Travis Doering - 9/18/2018, 9:32 PM

SKIP TO DATABASE DETAILS

Millions of Canadian and American consumers are now at risk thanks to a series of shady backroom deals that have resulted in records detailing 15 years of business being sold.

Data Broker, a title that you likely associate with two common scenarios. The first being legal companies that focus on collecting, collating and analyzing data that is commonly used for insights and or making data driven behavior change. The second scenario is the the illegal sale of data, often conducted via shady online deals in which data is sold without consent via private forums or through public offerings conducted via online marketplaces. In the first legal scenario data companies often mine publicly accessible data, and strike deals to acquire private consumer data from third parties.

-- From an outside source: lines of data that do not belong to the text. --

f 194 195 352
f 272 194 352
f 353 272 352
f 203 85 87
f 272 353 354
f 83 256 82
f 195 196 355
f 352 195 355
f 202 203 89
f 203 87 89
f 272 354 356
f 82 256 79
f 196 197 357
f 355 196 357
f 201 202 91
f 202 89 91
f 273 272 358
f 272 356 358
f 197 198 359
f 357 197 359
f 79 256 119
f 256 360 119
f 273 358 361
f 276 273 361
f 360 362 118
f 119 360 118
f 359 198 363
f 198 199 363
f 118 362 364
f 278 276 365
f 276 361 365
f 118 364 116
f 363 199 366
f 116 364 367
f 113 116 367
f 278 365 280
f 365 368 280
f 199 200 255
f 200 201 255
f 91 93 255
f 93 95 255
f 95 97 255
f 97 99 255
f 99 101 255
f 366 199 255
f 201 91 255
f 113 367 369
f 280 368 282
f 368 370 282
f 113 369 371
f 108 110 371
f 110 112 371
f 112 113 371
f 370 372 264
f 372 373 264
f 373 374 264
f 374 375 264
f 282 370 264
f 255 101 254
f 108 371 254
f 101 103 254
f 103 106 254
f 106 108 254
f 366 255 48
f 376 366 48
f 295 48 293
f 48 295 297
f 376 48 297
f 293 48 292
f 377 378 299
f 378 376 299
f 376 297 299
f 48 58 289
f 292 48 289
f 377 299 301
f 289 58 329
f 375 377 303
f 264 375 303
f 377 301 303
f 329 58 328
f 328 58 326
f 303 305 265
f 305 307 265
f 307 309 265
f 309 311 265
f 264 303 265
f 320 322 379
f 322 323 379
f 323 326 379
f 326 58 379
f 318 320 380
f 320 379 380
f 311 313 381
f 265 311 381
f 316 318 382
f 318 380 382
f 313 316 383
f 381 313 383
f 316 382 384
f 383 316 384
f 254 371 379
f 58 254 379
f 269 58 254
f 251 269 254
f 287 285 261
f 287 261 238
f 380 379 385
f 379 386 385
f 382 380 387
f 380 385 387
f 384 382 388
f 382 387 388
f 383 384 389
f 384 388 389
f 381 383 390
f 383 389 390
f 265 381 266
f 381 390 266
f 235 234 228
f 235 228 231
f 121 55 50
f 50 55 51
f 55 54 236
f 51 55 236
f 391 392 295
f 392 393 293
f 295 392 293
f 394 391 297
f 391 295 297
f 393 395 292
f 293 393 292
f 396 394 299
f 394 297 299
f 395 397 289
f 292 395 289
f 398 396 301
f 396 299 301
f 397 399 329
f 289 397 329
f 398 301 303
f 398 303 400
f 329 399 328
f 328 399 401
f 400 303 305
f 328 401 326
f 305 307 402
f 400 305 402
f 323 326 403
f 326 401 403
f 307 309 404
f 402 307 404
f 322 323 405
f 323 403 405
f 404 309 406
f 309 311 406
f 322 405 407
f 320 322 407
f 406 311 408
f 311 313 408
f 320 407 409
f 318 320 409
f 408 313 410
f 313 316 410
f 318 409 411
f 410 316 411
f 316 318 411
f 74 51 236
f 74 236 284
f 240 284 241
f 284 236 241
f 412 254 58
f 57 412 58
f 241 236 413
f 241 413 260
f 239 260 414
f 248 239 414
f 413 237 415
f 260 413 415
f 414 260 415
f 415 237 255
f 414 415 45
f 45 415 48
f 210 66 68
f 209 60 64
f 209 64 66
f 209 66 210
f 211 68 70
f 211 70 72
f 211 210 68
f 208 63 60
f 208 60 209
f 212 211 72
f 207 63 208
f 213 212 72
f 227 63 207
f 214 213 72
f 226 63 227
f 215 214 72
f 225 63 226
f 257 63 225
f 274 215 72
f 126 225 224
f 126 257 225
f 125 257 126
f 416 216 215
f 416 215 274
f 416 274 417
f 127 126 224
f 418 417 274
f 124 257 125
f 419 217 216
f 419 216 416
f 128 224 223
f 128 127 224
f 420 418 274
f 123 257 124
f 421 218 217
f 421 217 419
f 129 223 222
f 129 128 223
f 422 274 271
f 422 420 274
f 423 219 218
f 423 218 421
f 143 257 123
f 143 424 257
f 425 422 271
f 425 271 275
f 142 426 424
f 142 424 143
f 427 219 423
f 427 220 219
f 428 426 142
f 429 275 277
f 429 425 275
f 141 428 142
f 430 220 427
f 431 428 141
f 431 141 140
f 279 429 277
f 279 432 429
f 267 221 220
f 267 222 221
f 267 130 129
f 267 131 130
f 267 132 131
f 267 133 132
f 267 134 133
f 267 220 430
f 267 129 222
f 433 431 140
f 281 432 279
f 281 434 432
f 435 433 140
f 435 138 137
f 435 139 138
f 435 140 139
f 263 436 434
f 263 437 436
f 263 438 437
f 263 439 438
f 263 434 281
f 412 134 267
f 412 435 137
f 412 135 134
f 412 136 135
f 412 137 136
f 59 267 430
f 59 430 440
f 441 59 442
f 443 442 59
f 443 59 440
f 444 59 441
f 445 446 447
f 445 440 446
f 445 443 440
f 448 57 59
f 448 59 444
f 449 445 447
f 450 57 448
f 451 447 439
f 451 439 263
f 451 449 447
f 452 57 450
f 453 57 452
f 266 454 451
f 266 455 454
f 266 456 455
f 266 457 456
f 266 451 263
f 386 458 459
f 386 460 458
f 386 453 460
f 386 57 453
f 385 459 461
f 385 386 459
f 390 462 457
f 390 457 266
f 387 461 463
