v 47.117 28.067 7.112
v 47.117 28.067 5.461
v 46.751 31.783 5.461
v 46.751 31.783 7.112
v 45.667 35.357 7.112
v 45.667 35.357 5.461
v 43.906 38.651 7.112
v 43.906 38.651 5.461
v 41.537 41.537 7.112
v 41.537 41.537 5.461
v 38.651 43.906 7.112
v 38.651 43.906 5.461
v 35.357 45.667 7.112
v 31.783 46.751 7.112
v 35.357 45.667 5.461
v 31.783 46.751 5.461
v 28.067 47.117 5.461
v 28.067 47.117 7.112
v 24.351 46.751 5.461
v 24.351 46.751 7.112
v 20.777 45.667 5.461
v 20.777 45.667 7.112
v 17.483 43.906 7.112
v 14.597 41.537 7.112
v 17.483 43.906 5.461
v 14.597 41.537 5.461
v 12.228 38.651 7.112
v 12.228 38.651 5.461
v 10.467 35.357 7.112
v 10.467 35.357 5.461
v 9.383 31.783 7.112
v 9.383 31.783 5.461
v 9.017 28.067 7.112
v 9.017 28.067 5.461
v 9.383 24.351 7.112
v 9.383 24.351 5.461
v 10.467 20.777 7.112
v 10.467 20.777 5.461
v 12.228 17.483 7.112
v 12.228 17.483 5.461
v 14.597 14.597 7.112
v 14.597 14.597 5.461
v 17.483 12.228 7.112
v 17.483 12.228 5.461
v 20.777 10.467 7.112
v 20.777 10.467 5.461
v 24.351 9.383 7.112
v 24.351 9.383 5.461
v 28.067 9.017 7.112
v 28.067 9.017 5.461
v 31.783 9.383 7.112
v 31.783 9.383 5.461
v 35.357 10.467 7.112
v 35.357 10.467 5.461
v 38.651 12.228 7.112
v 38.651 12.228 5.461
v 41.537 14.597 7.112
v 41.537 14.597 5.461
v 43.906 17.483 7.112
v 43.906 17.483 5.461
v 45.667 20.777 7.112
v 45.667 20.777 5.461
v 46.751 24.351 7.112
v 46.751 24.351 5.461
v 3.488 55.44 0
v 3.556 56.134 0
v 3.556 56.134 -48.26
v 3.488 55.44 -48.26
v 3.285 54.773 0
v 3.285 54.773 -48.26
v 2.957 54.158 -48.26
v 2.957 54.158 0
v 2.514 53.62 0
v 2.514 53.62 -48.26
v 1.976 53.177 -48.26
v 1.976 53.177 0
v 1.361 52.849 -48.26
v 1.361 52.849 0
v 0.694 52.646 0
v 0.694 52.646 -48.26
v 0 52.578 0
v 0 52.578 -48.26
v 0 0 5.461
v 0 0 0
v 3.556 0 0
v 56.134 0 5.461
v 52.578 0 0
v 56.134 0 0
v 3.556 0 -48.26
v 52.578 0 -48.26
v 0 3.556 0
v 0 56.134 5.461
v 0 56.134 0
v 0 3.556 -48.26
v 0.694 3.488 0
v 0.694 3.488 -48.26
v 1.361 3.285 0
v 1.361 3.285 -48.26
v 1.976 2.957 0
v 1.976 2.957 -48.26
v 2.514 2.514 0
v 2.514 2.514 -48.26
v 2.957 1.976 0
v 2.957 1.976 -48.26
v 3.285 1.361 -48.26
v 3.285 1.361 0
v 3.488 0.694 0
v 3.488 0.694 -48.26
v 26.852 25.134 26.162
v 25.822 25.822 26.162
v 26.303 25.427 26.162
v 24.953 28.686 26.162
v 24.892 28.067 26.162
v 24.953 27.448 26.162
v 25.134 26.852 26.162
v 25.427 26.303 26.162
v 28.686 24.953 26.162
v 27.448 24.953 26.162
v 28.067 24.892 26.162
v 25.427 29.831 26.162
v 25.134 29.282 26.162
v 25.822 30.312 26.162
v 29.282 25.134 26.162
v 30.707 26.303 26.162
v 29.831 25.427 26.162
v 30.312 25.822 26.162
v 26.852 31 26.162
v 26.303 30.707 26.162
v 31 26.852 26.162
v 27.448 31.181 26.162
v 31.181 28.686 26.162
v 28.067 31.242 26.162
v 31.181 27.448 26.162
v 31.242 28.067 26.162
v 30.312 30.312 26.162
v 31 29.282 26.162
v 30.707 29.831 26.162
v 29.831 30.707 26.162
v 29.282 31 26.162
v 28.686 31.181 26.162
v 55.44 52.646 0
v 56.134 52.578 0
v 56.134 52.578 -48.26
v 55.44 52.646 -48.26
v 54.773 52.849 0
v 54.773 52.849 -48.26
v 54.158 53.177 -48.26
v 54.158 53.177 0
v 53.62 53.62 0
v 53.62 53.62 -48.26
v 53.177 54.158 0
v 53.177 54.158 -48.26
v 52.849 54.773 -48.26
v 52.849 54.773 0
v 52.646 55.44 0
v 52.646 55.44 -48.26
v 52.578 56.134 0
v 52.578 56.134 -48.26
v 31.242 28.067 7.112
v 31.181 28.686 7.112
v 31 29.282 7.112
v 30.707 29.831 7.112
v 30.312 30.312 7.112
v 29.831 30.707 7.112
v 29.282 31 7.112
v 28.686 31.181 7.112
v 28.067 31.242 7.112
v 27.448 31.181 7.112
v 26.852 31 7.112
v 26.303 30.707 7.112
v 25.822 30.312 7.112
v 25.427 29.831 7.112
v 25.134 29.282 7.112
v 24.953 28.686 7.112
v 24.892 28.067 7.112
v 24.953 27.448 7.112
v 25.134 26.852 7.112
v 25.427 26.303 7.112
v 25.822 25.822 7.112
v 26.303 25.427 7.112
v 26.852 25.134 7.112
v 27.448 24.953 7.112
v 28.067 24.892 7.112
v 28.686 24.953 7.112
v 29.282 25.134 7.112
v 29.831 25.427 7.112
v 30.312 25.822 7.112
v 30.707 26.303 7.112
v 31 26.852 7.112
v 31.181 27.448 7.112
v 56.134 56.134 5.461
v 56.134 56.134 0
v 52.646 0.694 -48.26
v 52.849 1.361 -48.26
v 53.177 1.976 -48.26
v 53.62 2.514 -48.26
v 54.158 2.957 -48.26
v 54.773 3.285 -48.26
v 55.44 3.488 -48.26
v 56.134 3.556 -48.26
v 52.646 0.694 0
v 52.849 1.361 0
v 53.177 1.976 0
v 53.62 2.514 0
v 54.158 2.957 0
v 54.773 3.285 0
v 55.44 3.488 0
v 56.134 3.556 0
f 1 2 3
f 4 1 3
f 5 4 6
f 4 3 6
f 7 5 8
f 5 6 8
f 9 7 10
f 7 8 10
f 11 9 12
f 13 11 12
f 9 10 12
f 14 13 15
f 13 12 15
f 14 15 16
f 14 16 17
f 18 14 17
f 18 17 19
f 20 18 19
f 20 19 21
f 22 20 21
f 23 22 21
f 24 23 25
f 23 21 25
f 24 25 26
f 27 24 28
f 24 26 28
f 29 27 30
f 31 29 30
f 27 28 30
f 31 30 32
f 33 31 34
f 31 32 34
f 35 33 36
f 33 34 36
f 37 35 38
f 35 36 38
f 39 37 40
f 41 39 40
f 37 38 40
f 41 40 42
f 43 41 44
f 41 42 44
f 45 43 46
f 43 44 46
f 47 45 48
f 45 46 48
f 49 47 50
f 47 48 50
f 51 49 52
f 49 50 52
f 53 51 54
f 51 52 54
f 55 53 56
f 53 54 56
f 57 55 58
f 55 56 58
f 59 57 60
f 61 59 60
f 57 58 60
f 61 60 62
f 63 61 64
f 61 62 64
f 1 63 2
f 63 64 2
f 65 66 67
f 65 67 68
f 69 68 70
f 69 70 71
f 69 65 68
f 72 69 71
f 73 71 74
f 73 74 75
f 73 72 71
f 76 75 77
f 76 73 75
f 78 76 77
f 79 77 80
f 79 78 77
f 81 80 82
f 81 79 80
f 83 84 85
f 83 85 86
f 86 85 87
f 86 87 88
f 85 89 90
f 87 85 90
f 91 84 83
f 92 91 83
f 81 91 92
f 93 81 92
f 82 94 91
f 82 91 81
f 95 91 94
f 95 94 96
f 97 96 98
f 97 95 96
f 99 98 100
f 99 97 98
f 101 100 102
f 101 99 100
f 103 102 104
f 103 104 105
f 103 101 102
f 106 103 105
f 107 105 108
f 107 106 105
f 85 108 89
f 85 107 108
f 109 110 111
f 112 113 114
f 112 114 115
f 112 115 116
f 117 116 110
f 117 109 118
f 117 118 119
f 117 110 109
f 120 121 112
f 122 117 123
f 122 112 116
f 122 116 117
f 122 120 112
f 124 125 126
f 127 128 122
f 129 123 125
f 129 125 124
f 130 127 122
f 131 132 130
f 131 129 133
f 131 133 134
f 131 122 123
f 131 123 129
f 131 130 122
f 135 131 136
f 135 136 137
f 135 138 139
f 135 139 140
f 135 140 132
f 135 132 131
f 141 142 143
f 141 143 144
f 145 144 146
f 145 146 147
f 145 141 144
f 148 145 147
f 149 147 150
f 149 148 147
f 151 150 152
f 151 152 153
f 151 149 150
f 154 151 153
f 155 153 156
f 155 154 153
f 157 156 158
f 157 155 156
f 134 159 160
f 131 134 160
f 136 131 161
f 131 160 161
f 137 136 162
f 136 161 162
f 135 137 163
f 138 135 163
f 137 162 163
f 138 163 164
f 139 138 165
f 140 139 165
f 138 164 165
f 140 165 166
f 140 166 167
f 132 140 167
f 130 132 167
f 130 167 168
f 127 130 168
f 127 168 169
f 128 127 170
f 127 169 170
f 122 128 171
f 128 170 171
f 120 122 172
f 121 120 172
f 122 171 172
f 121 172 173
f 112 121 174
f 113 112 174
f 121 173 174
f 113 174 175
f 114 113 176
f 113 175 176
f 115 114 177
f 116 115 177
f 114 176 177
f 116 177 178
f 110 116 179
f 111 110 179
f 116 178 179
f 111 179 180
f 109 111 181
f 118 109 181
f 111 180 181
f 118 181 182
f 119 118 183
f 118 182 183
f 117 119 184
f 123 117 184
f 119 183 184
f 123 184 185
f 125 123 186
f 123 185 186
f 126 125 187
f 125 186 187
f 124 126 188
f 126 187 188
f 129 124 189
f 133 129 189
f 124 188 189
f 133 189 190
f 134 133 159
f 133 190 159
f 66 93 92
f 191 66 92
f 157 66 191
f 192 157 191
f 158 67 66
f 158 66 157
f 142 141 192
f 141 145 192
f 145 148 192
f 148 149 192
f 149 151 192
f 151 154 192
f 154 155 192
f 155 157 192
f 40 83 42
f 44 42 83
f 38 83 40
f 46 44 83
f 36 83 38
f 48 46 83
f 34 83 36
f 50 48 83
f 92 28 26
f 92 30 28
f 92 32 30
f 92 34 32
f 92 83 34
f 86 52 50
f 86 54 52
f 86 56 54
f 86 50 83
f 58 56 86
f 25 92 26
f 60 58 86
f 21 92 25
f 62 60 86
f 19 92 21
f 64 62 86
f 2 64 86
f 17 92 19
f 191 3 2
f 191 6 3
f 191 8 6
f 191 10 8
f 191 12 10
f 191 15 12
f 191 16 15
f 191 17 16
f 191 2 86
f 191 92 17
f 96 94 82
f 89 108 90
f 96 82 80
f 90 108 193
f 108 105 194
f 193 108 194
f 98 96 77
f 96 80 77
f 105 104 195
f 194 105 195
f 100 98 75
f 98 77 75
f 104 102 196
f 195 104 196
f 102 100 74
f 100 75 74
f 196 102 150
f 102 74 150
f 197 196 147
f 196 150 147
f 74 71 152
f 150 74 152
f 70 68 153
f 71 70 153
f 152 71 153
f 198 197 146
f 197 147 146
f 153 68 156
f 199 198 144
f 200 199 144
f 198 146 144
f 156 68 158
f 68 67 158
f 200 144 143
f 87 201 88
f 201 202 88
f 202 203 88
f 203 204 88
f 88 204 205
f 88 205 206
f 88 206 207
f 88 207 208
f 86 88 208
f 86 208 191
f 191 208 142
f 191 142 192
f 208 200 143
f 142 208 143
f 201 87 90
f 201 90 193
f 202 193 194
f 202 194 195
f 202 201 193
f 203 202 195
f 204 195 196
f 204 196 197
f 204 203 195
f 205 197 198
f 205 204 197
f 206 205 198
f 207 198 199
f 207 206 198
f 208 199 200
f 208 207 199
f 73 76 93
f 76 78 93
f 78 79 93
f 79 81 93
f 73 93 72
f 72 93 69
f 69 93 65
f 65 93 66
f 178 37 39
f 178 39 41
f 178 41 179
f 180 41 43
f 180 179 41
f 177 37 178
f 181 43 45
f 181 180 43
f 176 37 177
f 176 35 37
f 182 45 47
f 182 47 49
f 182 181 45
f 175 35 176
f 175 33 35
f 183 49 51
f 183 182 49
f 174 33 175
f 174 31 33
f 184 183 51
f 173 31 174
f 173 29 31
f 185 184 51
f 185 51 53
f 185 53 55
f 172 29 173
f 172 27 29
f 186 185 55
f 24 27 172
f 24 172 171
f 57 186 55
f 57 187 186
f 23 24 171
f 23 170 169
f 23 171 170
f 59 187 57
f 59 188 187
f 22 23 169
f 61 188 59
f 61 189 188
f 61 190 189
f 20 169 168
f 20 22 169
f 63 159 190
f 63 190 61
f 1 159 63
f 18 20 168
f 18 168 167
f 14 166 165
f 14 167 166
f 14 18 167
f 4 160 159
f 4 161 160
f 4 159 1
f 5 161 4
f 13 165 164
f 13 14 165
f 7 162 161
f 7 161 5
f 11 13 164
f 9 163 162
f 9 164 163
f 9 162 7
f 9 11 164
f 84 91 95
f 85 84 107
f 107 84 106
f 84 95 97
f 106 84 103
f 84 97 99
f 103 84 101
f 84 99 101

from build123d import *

# Parameters (mm, degrees)
SKETCH2_W           = 56.134
SKETCH2_H           = 56.134
BOSS_EXTRUDE1_DEPTH = 5.461
SKETCH3_R           = 19.05
BOSS_EXTRUDE2_DEPTH = 1.651
BOSS_EXTRUDE3_DEPTH = 48.26
SKETCH5_R           = 3.175
BOSS_EXTRUDE4_DEPTH = 19.05


with BuildPart() as part:
    # Sketch2 → Boss-Extrude1 (new body)
    with BuildSketch(Plane.XY):
        with Locations((28.067, 28.067)):
            Rectangle(SKETCH2_W, SKETCH2_H)
    extrude(amount=BOSS_EXTRUDE1_DEPTH)

    # Sketch3 → Boss-Extrude2 (add)
    with BuildSketch(Plane.XY.offset(5.461)):
        with Locations((28.067, 28.067)):
            Circle(SKETCH3_R)
    extrude(amount=BOSS_EXTRUDE2_DEPTH)

    # Sketch4 → Boss-Extrude3 (add)
    with BuildSketch(Plane(origin=(0, 0, 0), x_dir=(-1, 0, 0), z_dir=(0, 0, -1))):
        with BuildLine():
            Line((-52.578, 56.134), (-3.556, 56.134))
            ThreePointArc((-3.556, 56.134), (-2.514471714, 53.619528286), (0, 52.578))
            Line((0, 52.578), (0, 3.556))
            ThreePointArc((0, 3.556), (-2.514471714, 2.514471714), (-3.556, 0))
            Line((-3.556, 0), (-52.578, 0))
            ThreePointArc((-52.578, 0), (-53.619528286, 2.514471714), (-56.134, 3.556))
            Line((-56.134, 3.556), (-56.134, 52.578))
            ThreePointArc((-56.134, 52.578), (-53.619528286, 53.619528286), (-52.578, 56.134))
        make_face()
    extrude(amount=BOSS_EXTRUDE3_DEPTH)

    # Sketch5 → Boss-Extrude4 (add)
    with BuildSketch(Plane.XY.offset(7.112)):
        with Locations((28.067, 28.067)):
            Circle(SKETCH5_R)
    extrude(amount=BOSS_EXTRUDE4_DEPTH)


solid = part.part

Thanks to the use of terms of use agreements that allow companies sporting valuable consumer data to transfer that data to third parties with consent. In the second illegal option the data is commonly acquired by blackhat hackers and is the spoils of data breaches. Often the data is sold and used by organized crime or individual actors looking to profit from it via identity theft or cashing out financial data. Those two common scenarios aside, there is also an industry of grey market data sales being exploited by both sides that exists in between the black and white world of legal corporate deals and the illegal online trafficking of stolen data.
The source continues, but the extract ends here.